I have always loved this sweet, delicious comparison between a poem and a piece of fruit—especially juicy fruits, like peaches and pears and watermelon, where the deliciousness runs like a river, all down your front. The poem seemed like a great hook.

The second poem I chose was from the text: Gary Soto’s “Ode to Family Photographs.” Soto’s poem is a list of images—descriptions of bad family photos—images gone awry because the photographer was no good with a camera.

This is the pond, and these are my feet. 
This is the rooster, and this is more of my feet. 

Mama was never good at pictures.

This is a statue of a famous general who lost an arm, 
And this is me with my head cut off. 

This is a trash can chained to a gate, 
This is my father with his eyes half-closed. 

This is a photograph of my sister 
And a giraffe looking over her shoulder. 

This is our car’s front bumper. 
This is a bird with a pretzel in its beak. 
This is my brother Pedro standing on one leg on a rock, 
With a smear of chocolate on his face. 

Mama sneezed when she looked
Behind the camera: the snapshots are blurry,
The angles dizzy as a spin on a merry-go-round.

But we had fun when Mama picked up the camera. 
How can I tell? 
Each of us is laughing hard. 
Can you see?
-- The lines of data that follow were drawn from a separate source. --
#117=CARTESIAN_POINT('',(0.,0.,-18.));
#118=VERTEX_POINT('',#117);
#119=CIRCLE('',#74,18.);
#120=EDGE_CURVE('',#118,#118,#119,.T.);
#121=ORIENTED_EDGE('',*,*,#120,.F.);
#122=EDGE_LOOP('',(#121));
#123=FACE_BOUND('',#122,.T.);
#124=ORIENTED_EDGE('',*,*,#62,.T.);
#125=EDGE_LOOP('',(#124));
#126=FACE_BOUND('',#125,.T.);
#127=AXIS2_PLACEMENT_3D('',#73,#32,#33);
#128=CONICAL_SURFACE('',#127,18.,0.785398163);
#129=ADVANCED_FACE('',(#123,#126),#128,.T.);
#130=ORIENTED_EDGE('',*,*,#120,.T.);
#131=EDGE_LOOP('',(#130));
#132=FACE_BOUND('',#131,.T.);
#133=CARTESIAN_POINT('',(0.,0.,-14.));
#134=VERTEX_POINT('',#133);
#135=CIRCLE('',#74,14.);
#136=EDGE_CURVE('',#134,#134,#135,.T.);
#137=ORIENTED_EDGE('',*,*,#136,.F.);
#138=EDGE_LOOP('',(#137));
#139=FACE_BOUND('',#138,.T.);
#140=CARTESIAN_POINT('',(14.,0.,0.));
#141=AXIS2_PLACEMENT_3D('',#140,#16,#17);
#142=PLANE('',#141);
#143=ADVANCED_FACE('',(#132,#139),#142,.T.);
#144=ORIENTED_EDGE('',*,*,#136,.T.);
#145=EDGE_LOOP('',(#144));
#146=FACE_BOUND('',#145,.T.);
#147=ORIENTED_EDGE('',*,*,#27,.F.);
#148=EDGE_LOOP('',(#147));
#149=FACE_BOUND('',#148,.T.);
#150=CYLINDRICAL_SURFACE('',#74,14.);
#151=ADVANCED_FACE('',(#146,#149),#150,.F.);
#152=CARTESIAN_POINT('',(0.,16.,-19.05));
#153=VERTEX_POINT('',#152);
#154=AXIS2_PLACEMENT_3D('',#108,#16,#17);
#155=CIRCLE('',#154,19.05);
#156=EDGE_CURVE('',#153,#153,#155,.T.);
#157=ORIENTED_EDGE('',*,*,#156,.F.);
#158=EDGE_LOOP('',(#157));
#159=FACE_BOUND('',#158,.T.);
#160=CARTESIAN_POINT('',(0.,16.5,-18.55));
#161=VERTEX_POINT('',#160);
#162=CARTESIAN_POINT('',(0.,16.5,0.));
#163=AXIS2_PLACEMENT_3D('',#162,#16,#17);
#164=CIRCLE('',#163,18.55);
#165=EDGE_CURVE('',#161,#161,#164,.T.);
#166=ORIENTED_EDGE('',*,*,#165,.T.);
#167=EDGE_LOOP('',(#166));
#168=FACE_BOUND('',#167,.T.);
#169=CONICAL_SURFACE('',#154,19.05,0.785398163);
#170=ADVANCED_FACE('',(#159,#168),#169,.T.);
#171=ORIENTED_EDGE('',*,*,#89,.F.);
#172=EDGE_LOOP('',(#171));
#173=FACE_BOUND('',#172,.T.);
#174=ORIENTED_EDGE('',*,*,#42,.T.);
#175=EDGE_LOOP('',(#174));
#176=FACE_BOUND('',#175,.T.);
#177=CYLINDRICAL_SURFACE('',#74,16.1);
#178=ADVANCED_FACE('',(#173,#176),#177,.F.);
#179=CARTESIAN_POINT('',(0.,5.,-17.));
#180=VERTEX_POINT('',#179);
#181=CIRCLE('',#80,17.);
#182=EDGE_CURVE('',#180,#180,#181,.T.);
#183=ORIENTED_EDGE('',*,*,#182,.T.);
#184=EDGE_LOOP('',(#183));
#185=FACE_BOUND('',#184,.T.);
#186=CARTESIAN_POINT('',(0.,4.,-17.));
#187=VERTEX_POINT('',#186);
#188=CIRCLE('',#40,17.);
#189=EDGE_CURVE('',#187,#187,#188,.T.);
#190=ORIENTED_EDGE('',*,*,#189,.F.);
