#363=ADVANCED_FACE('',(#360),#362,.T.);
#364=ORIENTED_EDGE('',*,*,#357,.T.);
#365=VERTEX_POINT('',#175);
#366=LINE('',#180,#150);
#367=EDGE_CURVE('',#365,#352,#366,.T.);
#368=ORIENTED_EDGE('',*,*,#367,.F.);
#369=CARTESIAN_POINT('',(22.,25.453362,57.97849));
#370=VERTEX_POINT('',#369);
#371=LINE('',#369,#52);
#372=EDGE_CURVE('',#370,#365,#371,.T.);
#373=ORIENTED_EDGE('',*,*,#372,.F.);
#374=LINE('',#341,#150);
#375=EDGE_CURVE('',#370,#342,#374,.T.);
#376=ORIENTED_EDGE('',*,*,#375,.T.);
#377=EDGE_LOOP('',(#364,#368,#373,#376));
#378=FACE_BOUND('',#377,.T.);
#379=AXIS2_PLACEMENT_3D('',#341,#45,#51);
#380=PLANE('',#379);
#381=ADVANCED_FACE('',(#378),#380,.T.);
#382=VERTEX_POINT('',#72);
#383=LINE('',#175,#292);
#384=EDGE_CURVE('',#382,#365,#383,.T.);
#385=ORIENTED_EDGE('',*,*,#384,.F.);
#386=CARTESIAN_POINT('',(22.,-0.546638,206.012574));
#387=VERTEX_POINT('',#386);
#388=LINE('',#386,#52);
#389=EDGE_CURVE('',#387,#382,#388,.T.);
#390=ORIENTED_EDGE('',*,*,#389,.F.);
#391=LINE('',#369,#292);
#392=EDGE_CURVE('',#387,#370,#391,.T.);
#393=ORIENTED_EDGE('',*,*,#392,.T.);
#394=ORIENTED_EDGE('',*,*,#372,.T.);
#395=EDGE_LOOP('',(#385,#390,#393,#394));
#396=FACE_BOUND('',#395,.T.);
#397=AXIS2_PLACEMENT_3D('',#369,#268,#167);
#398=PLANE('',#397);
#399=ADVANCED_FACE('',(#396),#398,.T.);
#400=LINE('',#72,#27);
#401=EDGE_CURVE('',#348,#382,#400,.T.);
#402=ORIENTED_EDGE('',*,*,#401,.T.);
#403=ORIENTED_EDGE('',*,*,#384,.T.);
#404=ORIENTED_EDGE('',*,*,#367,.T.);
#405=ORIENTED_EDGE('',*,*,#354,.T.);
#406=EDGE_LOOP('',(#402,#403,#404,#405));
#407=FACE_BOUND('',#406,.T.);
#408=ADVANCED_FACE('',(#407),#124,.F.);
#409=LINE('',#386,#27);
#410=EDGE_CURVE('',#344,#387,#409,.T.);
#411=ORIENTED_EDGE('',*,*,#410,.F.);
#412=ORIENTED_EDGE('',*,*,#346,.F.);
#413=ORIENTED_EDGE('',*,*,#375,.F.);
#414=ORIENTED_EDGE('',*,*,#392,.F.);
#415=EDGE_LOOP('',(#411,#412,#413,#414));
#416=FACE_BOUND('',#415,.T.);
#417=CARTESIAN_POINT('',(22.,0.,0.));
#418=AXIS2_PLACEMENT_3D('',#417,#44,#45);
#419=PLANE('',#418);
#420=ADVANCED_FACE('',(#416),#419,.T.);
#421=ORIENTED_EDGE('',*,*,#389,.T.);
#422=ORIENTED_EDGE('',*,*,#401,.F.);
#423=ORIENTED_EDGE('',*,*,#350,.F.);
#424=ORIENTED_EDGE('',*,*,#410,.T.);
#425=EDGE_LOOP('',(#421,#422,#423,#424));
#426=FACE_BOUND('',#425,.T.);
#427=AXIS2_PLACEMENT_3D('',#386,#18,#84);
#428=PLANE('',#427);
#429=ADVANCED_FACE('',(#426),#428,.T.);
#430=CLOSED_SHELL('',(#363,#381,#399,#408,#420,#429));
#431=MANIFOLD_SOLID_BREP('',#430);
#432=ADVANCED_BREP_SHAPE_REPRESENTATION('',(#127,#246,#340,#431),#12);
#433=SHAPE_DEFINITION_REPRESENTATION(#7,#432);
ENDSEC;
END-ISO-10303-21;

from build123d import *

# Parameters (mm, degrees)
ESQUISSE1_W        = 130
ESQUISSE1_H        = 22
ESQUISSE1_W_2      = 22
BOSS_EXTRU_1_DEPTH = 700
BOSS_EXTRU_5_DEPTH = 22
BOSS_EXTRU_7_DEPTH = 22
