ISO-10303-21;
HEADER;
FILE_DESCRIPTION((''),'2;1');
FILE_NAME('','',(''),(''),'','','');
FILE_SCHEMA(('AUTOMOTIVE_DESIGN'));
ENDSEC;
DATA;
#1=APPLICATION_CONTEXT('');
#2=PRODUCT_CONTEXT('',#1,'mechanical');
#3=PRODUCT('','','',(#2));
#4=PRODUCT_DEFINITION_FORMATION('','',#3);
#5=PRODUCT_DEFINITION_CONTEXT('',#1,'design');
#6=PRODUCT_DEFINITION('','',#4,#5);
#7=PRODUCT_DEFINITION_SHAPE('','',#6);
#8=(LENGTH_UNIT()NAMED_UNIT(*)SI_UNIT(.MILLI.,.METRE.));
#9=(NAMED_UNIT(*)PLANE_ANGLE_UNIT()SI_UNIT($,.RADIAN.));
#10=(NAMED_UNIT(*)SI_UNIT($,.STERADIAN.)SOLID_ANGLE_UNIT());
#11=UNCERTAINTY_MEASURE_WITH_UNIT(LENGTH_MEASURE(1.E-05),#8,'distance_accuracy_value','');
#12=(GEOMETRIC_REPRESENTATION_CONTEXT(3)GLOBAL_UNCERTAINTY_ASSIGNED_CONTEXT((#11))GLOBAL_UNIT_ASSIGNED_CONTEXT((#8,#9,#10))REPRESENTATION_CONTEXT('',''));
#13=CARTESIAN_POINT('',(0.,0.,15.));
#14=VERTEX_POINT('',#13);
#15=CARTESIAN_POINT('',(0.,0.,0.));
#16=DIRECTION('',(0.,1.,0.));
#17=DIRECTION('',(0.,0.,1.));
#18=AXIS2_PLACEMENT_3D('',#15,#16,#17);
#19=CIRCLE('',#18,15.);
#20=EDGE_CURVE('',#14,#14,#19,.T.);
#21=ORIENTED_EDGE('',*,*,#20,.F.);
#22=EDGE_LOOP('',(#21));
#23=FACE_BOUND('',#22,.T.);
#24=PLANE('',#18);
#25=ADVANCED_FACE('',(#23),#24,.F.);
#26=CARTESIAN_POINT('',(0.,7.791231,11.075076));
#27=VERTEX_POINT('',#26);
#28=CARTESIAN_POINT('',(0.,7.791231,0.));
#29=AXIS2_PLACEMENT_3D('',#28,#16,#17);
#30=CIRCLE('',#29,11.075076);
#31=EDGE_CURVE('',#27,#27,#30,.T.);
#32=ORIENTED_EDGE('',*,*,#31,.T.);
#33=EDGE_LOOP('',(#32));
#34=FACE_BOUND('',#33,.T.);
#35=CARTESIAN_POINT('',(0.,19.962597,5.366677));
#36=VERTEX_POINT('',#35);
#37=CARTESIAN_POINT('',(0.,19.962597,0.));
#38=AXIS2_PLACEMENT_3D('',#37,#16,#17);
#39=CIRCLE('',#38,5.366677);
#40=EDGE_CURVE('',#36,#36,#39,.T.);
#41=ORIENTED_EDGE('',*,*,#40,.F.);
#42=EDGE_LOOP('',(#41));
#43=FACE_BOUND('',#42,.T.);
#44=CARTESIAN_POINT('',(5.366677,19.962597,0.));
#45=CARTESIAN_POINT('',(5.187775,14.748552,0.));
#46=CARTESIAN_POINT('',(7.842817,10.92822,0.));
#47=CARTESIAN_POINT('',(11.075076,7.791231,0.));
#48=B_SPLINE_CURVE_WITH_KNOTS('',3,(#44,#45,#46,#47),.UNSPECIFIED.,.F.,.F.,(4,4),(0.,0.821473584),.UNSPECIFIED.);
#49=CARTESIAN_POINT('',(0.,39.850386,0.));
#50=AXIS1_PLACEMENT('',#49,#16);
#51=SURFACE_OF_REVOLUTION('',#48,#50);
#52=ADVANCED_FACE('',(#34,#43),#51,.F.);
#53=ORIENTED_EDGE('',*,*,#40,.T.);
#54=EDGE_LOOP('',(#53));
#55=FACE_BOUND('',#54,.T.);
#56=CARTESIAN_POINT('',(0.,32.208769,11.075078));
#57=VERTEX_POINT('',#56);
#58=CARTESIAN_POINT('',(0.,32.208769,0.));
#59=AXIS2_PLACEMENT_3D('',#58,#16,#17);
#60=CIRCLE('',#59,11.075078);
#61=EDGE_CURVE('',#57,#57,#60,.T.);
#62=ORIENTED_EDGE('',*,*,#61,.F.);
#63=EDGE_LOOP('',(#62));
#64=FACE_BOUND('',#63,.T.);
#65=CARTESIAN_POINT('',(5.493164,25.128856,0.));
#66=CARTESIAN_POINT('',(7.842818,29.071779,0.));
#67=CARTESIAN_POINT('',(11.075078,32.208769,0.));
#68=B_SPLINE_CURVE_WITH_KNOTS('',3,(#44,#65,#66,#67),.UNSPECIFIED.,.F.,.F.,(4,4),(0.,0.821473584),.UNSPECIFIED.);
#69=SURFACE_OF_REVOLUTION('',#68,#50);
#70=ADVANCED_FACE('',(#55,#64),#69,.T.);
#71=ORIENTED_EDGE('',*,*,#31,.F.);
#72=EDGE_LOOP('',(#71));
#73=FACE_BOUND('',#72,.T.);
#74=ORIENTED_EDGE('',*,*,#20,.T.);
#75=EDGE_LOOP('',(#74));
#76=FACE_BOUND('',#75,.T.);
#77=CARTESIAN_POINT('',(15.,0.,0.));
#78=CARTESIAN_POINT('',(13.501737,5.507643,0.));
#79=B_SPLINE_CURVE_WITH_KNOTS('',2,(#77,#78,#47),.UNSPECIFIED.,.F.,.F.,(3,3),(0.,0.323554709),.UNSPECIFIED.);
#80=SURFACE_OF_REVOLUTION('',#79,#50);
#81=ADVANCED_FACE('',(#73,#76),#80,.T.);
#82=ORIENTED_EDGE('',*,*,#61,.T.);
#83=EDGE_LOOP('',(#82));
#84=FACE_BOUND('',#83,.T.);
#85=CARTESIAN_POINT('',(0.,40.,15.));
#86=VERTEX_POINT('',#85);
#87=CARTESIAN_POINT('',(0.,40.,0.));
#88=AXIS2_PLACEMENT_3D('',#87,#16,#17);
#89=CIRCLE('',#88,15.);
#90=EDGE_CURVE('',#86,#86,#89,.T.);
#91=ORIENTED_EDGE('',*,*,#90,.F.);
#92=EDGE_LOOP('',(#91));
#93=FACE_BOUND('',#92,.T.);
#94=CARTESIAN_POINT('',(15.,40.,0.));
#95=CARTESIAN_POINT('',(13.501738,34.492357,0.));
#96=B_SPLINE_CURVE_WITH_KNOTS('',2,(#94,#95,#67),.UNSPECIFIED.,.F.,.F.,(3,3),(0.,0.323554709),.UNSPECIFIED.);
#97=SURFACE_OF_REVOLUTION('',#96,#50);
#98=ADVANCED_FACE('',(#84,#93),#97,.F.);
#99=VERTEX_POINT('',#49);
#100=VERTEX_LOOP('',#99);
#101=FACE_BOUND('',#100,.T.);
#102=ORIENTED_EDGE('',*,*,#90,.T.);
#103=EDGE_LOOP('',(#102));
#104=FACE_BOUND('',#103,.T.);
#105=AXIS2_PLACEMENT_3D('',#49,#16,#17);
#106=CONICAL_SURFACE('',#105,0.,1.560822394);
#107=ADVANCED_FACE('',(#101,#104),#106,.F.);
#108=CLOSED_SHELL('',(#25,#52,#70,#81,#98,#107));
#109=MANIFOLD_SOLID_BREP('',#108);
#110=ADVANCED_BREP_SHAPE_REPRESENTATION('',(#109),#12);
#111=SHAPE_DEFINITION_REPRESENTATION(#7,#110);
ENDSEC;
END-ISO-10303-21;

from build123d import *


with BuildPart() as part:
    # Sketch3 → Revolve4 (revolve)
    with BuildSketch(Plane.XY, mode=Mode.PRIVATE) as revolve4_sk:
        with BuildLine():
            Line((0, 39.850386163), (0, 0))
            Line((0, 0), (15, 0))
            add(Edge.make_bspline(
                [(15, 0), (13.501736771, 5.507642886), (11.075076454, 7.791231077)],
                knots=[0, 0, 0, 0.323554709, 0.323554709, 0.323554709], degree=2))
            add(Edge.make_bspline(
                [(5.366677122, 19.962596541), (5.187775382, 14.748552114), (7.842817138, 10.928220482), (11.075076454, 7.791231077)],
                knots=[0, 0, 0, 0, 0.821473584, 0.821473584, 0.821473584, 0.821473584], degree=3))
            add(Edge.make_bspline(
                [(5.366677122, 19.962596541), (5.493163631, 25.128855766), (7.842818352, 29.071779137), (11.075077667, 32.208768542)],
                knots=[0, 0, 0, 0, 0.821473584, 0.821473584, 0.821473584, 0.821473584], degree=3))
            add(Edge.make_bspline(
                [(15.000000048, 40.000000113), (13.501737985, 34.492356733), (11.075077667, 32.208768542)],
                knots=[0, 0, 0, 0.323554709, 0.323554709, 0.323554709], degree=2))
            Line((15.000000048, 40.000000113), (0, 39.850386163))
        make_face()
    revolve(revolve4_sk.sketch.rotate(Axis((0, 39.850386163, 0), (0, -1, 0)), 90), axis=Axis((0, 39.850386163, 0), (0, -1, 0)))


solid = part.part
I have candy in my mouth.

I expected opportunities to talk about the individual pictures; to notice the two switches to italics (not italics, here) whenever the narrator stops to explain about Mama; to look at the possible meanings of that last line, candy in my mouth; to examine the writer’s tone—nostalgic about those family moments, kind—even amused—in his assessment of Mama.

The third poem was Emily Dickinson’s 4-line nugget, “Fame is a Bee,” all about the allure of fame, its glamour, its backlash, its transitory nature. Perfect for kids in thrall to performers on American Idol.

Fame is a bee.
It has a song–
It has a sting–
Ah, too, it has a wing.

As I planned it, we’d do the Merriam poem first, then the Dickinson one, and end with Soto. I’d lead the students to learn and use the words ode, stanza, image, voice, metaphor, and tone. The objective—beyond making the terms a part of their working vocabulary—was to show them a method they could use on their own to figure out the meaning of a poem. What I wanted above all was to excite the students about poetry. I planned to leave them at the end with a little present—a personal poetry reader for each child—a bright yellow card decorated with a fruit sticker and the words, “Bite in!” A reminder of Merriam’s poem; a reminder of our class period together.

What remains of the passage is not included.